So from AAA to BBB, there’s just 3. You have to delete all A’s and then…or replace…substitute all A’s by BS. And in the second example, it’s 2, because you can simply replace the F…uh, the B with an F and the one E with an R…A to convert them. So, then we said, “okay, that actually solves the problem that we have. So we wanna have a measure that gives us a score that means something to us, right? That we can…that is defined.”

And then, this is why I put like the file size up there, we then realized there is one problem is the run time with this approach. So, the problem is that it has a complex runtime making it fairly slow. And to give you an example, if you have two strings with about 50,000 characters and you do a comparison, I did it on my laptop, it was about 3.5 seconds. And 50,000 characters is not that much.

So this document, or if you talk about websites, like larger websites, or GitHub repositories, when you wanna compare source code, you have easily larger files. So, at this 1.2 megabyte file that we put up there as an example, it would be about 1.2 million characters.

So, it is impractically slow, at least on a regular hardware. So, it’s not feasible.
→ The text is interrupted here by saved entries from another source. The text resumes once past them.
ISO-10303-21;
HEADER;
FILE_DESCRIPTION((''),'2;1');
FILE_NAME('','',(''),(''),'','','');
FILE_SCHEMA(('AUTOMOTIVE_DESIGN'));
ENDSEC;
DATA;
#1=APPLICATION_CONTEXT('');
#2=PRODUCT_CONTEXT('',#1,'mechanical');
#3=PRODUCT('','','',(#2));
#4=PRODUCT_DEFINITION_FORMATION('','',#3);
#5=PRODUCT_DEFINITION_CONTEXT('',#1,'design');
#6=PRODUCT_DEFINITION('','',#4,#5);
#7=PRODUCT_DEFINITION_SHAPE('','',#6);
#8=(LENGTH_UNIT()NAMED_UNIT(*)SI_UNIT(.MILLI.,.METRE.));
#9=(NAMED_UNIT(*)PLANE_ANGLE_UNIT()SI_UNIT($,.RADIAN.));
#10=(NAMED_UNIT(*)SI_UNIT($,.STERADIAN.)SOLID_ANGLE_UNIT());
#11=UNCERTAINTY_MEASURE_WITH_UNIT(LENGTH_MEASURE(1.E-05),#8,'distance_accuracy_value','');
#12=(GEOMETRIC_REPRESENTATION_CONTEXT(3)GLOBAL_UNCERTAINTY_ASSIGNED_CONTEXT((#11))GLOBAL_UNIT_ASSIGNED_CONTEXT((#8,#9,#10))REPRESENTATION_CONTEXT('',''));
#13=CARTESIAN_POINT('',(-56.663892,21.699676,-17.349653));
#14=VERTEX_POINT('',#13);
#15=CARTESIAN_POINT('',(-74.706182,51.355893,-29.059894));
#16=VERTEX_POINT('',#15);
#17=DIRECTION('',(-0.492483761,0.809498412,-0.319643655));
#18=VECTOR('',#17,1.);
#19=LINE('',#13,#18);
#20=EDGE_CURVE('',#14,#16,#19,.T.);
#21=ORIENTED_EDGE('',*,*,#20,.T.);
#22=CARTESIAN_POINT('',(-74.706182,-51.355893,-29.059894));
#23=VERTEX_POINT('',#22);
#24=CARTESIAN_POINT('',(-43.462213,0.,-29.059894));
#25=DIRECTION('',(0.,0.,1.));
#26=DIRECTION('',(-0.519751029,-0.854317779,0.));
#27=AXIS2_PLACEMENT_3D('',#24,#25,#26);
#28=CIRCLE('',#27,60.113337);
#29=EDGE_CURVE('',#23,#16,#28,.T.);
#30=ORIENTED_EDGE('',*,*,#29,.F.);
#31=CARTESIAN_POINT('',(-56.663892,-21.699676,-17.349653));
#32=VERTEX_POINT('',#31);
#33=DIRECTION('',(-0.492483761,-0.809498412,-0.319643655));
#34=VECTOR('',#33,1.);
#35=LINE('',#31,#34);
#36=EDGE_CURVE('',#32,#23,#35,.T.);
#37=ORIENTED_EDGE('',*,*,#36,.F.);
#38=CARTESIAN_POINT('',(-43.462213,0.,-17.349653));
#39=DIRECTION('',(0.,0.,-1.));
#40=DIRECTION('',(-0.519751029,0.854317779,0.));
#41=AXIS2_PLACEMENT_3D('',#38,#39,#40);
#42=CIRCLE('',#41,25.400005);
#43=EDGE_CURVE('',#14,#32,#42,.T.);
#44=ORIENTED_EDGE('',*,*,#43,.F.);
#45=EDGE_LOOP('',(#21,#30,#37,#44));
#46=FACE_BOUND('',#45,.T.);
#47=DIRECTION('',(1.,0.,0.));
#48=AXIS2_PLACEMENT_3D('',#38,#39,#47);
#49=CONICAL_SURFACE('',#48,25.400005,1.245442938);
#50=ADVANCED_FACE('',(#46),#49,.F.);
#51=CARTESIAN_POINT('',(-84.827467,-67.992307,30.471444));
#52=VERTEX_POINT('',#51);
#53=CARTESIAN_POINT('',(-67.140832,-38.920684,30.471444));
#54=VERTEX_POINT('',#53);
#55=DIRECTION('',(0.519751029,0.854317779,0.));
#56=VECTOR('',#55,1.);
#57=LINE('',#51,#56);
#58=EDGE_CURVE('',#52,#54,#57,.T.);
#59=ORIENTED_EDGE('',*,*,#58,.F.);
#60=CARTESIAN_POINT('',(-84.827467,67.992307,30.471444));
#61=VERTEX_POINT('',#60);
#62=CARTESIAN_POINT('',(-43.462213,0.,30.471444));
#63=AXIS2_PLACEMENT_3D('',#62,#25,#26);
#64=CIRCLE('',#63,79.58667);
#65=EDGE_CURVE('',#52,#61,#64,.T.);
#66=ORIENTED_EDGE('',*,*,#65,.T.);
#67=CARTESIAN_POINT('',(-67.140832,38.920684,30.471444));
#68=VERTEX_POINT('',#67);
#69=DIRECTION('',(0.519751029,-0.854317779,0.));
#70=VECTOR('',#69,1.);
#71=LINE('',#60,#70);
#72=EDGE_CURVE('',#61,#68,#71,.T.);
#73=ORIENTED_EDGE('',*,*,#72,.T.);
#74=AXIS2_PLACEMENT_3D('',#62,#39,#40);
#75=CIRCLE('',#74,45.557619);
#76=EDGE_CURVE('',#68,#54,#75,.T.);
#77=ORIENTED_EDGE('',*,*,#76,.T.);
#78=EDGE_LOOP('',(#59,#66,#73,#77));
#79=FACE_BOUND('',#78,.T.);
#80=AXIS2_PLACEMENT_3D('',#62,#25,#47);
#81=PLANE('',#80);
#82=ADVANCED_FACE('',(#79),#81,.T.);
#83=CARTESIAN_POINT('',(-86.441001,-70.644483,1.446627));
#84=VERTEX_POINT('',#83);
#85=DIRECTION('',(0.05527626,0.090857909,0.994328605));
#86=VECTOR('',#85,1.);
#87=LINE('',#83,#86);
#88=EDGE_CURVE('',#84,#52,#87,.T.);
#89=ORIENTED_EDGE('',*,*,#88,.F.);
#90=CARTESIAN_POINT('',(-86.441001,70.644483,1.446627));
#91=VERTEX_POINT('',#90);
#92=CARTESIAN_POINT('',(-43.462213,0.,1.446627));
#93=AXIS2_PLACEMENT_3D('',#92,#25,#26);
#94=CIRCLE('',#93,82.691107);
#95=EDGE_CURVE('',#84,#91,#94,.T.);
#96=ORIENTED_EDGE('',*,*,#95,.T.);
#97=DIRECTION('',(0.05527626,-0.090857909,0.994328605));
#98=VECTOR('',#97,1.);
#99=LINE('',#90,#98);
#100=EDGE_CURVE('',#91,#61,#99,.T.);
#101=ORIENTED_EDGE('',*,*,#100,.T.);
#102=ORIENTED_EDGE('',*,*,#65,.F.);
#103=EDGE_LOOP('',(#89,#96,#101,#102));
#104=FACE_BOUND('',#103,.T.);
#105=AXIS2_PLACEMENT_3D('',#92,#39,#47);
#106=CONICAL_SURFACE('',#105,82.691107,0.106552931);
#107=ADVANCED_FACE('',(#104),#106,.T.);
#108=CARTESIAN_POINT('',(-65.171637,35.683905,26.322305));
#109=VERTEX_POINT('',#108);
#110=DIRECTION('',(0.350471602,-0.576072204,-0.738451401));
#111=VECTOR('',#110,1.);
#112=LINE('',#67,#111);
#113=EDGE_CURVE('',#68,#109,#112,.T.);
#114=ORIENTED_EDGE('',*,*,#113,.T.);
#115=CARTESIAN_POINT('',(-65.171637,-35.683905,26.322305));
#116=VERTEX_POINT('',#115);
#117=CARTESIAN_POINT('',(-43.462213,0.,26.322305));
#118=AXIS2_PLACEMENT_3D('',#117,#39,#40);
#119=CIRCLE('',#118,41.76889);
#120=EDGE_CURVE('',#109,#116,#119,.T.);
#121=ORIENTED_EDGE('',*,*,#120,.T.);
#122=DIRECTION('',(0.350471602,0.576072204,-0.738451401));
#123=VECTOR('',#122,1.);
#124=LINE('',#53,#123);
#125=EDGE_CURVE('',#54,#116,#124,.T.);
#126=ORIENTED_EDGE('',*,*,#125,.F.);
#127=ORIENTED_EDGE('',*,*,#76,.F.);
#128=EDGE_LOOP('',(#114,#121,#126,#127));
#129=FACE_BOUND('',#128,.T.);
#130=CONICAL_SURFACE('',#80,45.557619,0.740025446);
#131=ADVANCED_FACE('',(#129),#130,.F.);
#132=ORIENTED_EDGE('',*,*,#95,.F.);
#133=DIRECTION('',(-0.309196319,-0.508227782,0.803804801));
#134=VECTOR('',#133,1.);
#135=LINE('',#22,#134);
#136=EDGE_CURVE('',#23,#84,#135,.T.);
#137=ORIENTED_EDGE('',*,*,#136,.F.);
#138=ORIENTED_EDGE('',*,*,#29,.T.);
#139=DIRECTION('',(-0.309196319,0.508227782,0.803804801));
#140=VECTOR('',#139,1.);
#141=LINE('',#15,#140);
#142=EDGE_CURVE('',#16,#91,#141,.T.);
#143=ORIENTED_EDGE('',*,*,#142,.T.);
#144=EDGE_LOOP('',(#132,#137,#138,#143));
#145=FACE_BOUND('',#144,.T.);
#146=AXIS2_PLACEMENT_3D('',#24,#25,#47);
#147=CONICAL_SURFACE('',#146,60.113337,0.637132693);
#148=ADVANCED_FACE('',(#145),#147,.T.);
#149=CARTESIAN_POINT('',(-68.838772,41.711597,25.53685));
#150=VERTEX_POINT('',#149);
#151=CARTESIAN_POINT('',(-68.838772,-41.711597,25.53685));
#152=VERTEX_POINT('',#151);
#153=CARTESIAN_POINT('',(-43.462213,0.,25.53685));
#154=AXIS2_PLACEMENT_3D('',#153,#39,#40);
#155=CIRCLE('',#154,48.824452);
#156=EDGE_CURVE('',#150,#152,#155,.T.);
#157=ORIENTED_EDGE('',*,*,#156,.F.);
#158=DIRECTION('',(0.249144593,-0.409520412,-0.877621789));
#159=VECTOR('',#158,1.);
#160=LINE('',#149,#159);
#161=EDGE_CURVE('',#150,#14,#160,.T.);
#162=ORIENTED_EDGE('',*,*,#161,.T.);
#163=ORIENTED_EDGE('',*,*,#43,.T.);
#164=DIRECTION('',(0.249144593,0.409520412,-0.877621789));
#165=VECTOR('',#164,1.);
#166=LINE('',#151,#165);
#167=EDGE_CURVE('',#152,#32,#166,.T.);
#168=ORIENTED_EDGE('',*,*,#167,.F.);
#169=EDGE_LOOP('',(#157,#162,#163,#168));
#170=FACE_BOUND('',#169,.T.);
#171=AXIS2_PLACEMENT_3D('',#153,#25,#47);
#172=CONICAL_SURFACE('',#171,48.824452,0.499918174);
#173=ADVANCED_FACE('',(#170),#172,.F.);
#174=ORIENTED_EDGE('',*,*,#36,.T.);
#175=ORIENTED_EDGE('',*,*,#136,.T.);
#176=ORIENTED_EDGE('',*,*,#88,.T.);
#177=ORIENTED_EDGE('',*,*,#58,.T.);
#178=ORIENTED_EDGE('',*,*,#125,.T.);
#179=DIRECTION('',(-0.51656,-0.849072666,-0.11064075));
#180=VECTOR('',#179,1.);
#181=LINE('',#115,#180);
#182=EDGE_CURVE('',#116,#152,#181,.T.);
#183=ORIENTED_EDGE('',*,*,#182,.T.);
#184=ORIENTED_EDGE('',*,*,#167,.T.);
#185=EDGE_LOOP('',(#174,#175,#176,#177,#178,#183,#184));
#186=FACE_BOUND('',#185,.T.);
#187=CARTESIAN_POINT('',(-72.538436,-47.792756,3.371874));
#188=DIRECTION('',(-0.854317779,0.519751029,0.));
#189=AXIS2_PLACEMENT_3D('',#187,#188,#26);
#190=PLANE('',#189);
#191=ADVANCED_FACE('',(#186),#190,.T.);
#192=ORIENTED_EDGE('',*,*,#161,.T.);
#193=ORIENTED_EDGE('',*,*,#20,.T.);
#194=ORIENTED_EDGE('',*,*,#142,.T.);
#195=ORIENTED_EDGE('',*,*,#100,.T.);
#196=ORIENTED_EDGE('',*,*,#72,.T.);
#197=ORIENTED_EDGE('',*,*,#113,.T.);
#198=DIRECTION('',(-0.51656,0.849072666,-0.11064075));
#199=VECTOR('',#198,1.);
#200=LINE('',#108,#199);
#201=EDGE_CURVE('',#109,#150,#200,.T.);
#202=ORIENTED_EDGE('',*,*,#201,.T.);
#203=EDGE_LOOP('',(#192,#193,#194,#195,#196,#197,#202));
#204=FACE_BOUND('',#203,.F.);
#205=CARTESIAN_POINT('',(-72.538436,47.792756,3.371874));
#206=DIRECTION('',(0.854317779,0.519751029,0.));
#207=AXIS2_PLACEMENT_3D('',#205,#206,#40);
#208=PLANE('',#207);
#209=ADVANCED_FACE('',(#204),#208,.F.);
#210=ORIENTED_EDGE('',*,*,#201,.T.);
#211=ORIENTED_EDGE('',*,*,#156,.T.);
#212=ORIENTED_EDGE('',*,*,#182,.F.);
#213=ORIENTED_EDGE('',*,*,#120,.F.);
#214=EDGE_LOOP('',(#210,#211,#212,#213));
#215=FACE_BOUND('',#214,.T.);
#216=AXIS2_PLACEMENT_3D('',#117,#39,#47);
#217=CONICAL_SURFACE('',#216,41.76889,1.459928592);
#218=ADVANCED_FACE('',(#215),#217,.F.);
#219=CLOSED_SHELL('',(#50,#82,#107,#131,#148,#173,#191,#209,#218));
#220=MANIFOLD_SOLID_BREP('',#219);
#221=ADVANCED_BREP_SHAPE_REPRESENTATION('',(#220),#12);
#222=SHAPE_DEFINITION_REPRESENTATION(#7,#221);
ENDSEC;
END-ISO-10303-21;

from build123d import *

# Parameters (mm, degrees)
F2_ANGLE = 242.631105


with BuildPart() as f2:
    # F0 (on Front) → F2 (revolve, symmetric)
    with BuildSketch(Plane.XZ) as f2_sk:
        Polygon((36.124457, 30.471444), (2.095406, 30.471444), (-1.693323, 26.322305), (5.362239, 25.53685), (-18.062208, -17.349653), (16.651124, -29.059894), (39.228894, 1.446627), align=None)
    revolve(axis=Axis((-43.462213, 0, 5.015243), (0, 0, -1)), revolution_arc=F2_ANGLE / 2)
    revolve(f2_sk.sketch, axis=Axis((-43.462213, 0, 5.015243), (0, 0, 1)), revolution_arc=F2_ANGLE / 2)


solid = f2.part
There are some optimizations, so for those of you really deep into this material, yeah, you can optimize a little bit to get around this problem, but you can never reach the speeds that we reach with our estimation.

So, what is then the contribution? So, we developed a tool or a heuristic to estimate the Levenshtein distance of text pairs over a size range, many hundreds of times larger/faster than it is practical for calculating the exact value. And you can adjust the performance, so slash the settings by using parameters, and we have a GoLang implementation that is available. We also have Python and Java, and those would be available for those who are more familiar with those programming languages.

Why do we have three? He started in Java. I don’t like Java. Then I did it in Python, realized it’s super slow, and then I decided, okay, I’ll do it in GoLang again. And then I got really happy, because I now really like GoLang, but it’s a completely different story. Happy to share it later!

So, what is this algorithm about? We do estimate the Levenshtein distance in three steps, or we do a comparison in three steps.

The first step is we compress each document into a signature using a Loosy compression algorithm, LCA. This outputs pretty much just a randomly looking shorter text, and this is an example here on the…can I?…it just looks like randomly. It is based on an alphabet that we define.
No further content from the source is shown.